CHAMWE KAIRA
Zambia and Zimbabwe are among a group of governments that have signed the Aviation Carbon Market Compact, marking steps in efforts to scale up supply of carbon credits for international aviation under the Carbon Offsetting and Reduction Scheme for International Aviation (CORSIA).
The two southern African countries, alongside the United Kingdom, Guyana, and Madagascar, have joined the Supporting Alliance for CORSIA Eligible Emissions Unit (EEU) Supply, bringing total participation in the initiative to 50 entities, according to the International Air Transport Association (International Air Transport Association).
In April last year, the Namibia Airports Company (NAC) said it has achieved a significant milestone in its sustainability journey, with Hosea Kutako International Airport and Walvis Bay International Airport attaining Airport Carbon Accreditation (ACA) Level.
Two months ago, the Namibia Civil Aviation Authority successfully hosted the official launch of the Sustainable Aviation Fuel (SAF) Feasibility Study, alongside an in-country stakeholder workshop in Windhoek.
The Supporting Alliance for CORSIA Eligible Emissions Unit aims to strengthen and accelerate the availability of high-quality emissions units needed for CORSIA, which is expected to require between 225 million and 250 million carbon credits by spring 2027.
It does this by coordinating technical and financial support, improving countries’ access to carbon markets, and helping align national climate commitments with the process of authorising credits for aviation use.

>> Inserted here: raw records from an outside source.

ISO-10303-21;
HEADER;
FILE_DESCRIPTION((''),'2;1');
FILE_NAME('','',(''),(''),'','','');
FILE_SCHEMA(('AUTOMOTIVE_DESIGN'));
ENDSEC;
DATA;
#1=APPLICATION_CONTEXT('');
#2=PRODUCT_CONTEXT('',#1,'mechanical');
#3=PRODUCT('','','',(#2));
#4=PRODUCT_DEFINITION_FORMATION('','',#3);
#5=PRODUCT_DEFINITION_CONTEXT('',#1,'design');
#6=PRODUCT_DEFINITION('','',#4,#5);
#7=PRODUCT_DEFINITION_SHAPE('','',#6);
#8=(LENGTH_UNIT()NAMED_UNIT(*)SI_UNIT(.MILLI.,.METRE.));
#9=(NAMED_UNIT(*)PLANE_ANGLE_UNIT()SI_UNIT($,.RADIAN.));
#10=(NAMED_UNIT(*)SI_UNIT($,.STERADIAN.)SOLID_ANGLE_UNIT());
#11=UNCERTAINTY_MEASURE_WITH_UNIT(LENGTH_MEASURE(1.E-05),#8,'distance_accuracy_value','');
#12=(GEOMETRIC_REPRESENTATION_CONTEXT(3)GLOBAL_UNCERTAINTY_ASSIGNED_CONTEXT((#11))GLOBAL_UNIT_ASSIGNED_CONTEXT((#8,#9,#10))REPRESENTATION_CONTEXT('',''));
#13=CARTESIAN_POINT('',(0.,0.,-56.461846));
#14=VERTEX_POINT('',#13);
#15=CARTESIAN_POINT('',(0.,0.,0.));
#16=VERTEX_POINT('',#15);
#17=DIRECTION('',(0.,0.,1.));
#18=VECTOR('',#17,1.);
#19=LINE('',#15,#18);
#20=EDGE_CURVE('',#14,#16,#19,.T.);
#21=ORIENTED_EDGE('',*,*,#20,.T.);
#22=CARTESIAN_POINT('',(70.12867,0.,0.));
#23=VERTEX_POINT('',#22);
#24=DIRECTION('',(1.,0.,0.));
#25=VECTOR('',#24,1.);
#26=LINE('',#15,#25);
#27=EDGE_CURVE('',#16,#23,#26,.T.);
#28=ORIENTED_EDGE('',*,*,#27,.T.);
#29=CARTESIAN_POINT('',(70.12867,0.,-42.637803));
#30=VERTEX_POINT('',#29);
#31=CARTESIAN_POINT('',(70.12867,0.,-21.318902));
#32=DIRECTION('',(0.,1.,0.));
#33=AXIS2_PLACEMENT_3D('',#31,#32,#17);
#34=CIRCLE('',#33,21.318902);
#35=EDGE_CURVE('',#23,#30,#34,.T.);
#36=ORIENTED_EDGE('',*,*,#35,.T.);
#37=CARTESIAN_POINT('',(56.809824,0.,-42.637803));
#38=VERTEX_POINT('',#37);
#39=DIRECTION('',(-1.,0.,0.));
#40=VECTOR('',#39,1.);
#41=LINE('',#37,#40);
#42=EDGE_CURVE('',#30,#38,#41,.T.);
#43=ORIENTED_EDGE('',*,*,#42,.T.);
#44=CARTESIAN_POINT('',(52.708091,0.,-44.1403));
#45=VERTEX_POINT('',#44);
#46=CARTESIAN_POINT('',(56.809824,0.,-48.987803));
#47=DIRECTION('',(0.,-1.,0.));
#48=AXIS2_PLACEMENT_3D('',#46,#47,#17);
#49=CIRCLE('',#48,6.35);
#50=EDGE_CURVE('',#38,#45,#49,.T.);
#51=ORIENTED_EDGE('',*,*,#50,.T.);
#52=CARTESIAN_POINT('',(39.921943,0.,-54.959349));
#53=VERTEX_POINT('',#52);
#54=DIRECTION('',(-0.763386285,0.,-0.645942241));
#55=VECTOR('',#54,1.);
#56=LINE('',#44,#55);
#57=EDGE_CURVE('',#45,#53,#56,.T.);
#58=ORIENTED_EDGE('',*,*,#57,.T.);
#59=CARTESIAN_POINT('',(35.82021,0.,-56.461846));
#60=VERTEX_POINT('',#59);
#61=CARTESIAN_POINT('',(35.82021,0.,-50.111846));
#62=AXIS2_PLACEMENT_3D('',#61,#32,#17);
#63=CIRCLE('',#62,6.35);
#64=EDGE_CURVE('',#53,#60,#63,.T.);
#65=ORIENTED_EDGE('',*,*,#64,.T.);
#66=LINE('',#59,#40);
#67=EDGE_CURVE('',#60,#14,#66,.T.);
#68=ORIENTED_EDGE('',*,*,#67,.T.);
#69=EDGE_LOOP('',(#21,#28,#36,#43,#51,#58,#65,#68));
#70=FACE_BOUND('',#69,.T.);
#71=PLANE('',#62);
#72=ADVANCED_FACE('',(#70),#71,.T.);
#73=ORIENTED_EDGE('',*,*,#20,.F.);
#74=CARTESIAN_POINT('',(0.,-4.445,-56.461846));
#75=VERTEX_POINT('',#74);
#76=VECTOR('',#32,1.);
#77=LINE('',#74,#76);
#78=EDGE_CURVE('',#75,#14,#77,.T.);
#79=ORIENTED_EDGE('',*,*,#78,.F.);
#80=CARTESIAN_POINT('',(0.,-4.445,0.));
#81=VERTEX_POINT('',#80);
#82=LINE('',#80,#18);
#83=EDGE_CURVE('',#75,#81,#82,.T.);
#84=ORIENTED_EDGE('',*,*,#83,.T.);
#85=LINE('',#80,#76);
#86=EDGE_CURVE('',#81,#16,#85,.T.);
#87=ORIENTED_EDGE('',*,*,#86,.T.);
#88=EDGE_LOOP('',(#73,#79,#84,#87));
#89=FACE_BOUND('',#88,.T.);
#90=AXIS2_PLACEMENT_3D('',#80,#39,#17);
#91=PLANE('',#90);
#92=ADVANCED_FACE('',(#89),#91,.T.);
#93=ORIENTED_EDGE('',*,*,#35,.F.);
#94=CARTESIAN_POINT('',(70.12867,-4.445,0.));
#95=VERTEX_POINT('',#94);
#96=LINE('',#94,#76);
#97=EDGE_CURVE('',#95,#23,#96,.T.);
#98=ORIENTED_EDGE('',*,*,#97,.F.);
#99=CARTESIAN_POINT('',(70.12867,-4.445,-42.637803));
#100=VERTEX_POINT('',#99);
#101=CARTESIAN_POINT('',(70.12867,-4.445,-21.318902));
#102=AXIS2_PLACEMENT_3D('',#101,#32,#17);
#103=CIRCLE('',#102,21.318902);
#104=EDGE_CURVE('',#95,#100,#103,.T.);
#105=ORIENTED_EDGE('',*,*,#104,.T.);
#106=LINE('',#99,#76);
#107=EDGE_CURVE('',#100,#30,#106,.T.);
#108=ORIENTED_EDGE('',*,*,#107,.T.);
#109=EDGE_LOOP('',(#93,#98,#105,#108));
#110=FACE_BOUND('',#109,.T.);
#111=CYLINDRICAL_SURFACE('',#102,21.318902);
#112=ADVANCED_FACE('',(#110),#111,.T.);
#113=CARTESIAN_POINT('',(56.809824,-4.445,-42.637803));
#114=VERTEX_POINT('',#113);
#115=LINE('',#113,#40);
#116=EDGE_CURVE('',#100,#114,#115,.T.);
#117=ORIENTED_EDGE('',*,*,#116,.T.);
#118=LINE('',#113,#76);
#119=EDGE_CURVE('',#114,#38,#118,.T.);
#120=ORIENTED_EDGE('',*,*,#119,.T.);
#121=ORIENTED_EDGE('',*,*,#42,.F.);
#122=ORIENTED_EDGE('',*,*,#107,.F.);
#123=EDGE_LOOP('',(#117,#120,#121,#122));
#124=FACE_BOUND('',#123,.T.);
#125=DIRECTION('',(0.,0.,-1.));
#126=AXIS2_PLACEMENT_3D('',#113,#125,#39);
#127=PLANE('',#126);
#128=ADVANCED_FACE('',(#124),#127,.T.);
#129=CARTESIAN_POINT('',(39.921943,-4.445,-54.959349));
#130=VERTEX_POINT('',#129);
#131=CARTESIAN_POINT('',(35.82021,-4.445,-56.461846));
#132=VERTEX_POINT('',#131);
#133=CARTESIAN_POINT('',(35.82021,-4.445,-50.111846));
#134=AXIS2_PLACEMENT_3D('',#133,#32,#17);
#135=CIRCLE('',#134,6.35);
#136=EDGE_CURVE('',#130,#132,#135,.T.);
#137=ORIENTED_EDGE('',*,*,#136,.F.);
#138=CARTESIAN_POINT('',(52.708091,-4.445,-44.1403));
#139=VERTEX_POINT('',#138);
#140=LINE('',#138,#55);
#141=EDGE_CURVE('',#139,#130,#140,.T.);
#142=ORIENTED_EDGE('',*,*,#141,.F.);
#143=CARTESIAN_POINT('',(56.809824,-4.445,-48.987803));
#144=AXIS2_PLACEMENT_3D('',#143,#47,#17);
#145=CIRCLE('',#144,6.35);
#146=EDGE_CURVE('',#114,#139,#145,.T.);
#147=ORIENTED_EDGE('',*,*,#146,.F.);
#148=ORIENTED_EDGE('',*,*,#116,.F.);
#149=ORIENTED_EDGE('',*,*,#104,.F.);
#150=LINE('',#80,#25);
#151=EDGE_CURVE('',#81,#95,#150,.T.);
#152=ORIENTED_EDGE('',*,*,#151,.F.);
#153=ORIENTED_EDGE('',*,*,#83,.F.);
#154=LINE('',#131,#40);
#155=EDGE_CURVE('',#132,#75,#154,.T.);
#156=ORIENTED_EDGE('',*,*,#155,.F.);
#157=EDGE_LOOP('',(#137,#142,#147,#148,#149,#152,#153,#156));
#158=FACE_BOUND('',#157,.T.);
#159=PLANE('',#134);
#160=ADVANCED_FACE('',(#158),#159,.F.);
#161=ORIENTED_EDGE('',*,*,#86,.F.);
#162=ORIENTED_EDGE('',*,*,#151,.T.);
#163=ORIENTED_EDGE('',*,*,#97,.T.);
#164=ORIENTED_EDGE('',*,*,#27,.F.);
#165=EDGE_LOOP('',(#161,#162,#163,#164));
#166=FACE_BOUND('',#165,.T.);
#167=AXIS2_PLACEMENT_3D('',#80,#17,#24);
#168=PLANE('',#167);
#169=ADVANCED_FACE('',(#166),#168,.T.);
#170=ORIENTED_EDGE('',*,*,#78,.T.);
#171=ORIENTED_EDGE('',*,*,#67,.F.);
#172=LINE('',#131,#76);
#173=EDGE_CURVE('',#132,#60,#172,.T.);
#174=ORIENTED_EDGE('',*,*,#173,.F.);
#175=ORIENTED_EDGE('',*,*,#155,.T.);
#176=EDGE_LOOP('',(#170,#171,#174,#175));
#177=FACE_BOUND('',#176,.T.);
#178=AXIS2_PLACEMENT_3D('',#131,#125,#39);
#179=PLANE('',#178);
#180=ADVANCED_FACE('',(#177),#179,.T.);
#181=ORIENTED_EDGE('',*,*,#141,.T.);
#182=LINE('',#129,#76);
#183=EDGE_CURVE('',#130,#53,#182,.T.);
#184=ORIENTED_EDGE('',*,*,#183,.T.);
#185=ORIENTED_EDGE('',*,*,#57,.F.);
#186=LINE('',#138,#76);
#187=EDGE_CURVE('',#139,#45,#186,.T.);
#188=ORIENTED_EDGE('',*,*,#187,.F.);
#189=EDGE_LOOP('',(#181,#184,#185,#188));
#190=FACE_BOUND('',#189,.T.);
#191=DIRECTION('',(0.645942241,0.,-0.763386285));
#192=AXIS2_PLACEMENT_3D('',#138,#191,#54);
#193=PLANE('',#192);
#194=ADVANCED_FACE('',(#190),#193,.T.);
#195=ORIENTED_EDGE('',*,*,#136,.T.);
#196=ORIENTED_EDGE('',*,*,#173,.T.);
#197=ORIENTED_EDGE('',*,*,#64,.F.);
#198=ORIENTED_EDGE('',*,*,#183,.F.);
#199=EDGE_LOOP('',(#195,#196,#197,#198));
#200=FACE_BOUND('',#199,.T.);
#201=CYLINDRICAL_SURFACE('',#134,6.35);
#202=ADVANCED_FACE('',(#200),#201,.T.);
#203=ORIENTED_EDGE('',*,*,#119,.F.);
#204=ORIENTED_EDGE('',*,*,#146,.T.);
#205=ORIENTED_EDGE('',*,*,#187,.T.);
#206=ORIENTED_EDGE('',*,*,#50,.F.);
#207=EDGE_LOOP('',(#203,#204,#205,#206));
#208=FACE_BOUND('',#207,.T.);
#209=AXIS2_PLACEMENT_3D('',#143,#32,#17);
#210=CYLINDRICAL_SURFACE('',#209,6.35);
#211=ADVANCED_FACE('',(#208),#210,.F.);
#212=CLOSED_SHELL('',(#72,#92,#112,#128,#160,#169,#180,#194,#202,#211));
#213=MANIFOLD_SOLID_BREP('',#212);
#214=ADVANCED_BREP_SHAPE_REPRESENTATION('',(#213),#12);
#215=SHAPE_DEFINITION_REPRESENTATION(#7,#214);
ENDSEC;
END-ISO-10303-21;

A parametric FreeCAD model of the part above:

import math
import FreeCAD as App
import Part
import Sketcher

V = App.Vector
Q = App.Units.Quantity

doc = App.newDocument("Part")
params = doc.addObject("Spreadsheet::Sheet", "Params")
for row, (alias, value) in enumerate([
    ("sketch1_radius", "0.25 in"),
    ("pad1_length", "0.175 in"),
], start=1):
    params.set(f"A{row}", alias)
    params.set(f"B{row}", "=" + value)
    params.setAlias(f"B{row}", alias)

body = doc.addObject("PartDesign::Body", "Body")

sketch1 = doc.addObject("Sketcher::SketchObject", "Sketch")
body.addObject(sketch1)
sketch1.AttachmentSupport = (doc.XZ_Plane, [""])
sketch1.MapMode = "FlatFace"
sketch1.addGeometry(Part.LineSegment(V(0, 0, 0), V(70.1, 0, 0)), False)
sketch1.addGeometry(Part.ArcOfCircle(Part.Circle(V(70.1, -21.3, 0), V(0, 0, 1), 21.3), math.radians(-90), math.radians(90)), False)
sketch1.addGeometry(Part.LineSegment(V(70.1, -42.6, 0), V(56.8, -42.6, 0)), False)
sketch1.addGeometry(Part.ArcOfCircle(Part.Circle(V(56.8, -49, 0), V(0, 0, 1), 6.3), math.radians(90), math.radians(130)), False)
sketch1.addGeometry(Part.LineSegment(V(52.7, -44.1, 0), V(39.9, -55, 0)), False)
sketch1.addGeometry(Part.ArcOfCircle(Part.Circle(V(35.8, -50.1, 0), V(0, 0, 1), 6.4), math.radians(-90), math.radians(-50)), False)
sketch1.addGeometry(Part.LineSegment(V(35.8, -56.5, 0), V(0, -56.5, 0)), False)
sketch1.addGeometry(Part.LineSegment(V(0, -56.5, 0), V(0, 0, 0)), False)
sketch1.addConstraint(Sketcher.Constraint("Tangent", 0, 2, 1, 2))
sketch1.addConstraint(Sketcher.Constraint("Tangent", 1, 1, 2, 1))
sketch1.addConstraint(Sketcher.Constraint("Tangent", 2, 2, 3, 1))
sketch1.addConstraint(Sketcher.Constraint("Tangent", 3, 2, 4, 1))
sketch1.addConstraint(Sketcher.Constraint("Tangent", 4, 2, 5, 2))
sketch1.addConstraint(Sketcher.Constraint("Tangent", 5, 1, 6, 1))
sketch1.addConstraint(Sketcher.Constraint("Coincident", 6, 2, 7, 1))
sketch1.addConstraint(Sketcher.Constraint("Coincident", 7, 2, 0, 1))
sketch1.addConstraint(Sketcher.Constraint("Horizontal", 0))
sketch1.addConstraint(Sketcher.Constraint("Horizontal", 2))
sketch1.addConstraint(Sketcher.Constraint("Horizontal", 6))
sketch1.addConstraint(Sketcher.Constraint("Vertical", 7))
sketch1.addConstraint(Sketcher.Constraint("Coincident", 7, 2, -1, 1))
sketch1.addConstraint(Sketcher.Constraint("Equal", 3, 5))
sketch1.addConstraint(Sketcher.Constraint("Radius", 3, Q("0.25 in")))
sketch1.addConstraint(Sketcher.Constraint("Radius", 1, 21.318902))
sketch1.addConstraint(Sketcher.Constraint("DistanceX", 0, 1, 0, 2, 70.12867))
sketch1.addConstraint(Sketcher.Constraint("DistanceX", 6, 2, 6, 1, 35.82021))
sketch1.addConstraint(Sketcher.Constraint("DistanceY", 3, 2, -1, 1, 44.1403))
sketch1.addConstraint(Sketcher.Constraint("Distance", 4, 16.74925))
sketch1.setExpression("Constraints[14]", "Params.sketch1_radius")
pad1 = doc.addObject("PartDesign::Pad", "Pad")
body.addObject(pad1)
pad1.Profile = sketch1
pad1.setExpression("Length", "Params.pad1_length")

doc.recompute()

Beyond the five governments that recently signed, several other countries, including Peru, have expressed interest in joining the initiative.
The Alliance also includes a wide range of stakeholders across the carbon market ecosystem, from airlines and aviation manufacturers to carbon standards bodies, trading platforms, and data providers.
Key industry organisations such as the International Emissions Trading Association (International Emissions Trading Association) and the Verified Carbon Market Collaborative (Verified Carbon Market Collaborative), alongside partners like Sylvera and Airbus, are providing technical and financial support to the programme.
According to IATA, the initiative is designed not only to boost supply but also to strengthen coordination between market demand and national policy frameworks under the UN climate regime.
It also seeks to help countries manage the interface between their Nationally Determined Contributions (NDCs) and the authorisation of carbon credits for use under CORSIA.
IATA’s senior vice president for sustainability and chief economist, Marie Owens Thomsen, said the growing participation demonstrates “strong and shared commitment” across governments and industry actors to ensure emissions units can be delivered at the scale and speed required.
Supporters of the initiative argue that the development of a more structured and transparent carbon credit system is essential to enabling aviation’s long-term decarbonisation goals, while also unlocking climate finance for participating countries.
The Supporting Alliance said it will continue to engage new members, share progress updates, and expand collaboration across the aviation and carbon market value chain as demand for CORSIA-eligible credits accelerates toward the 2027 target.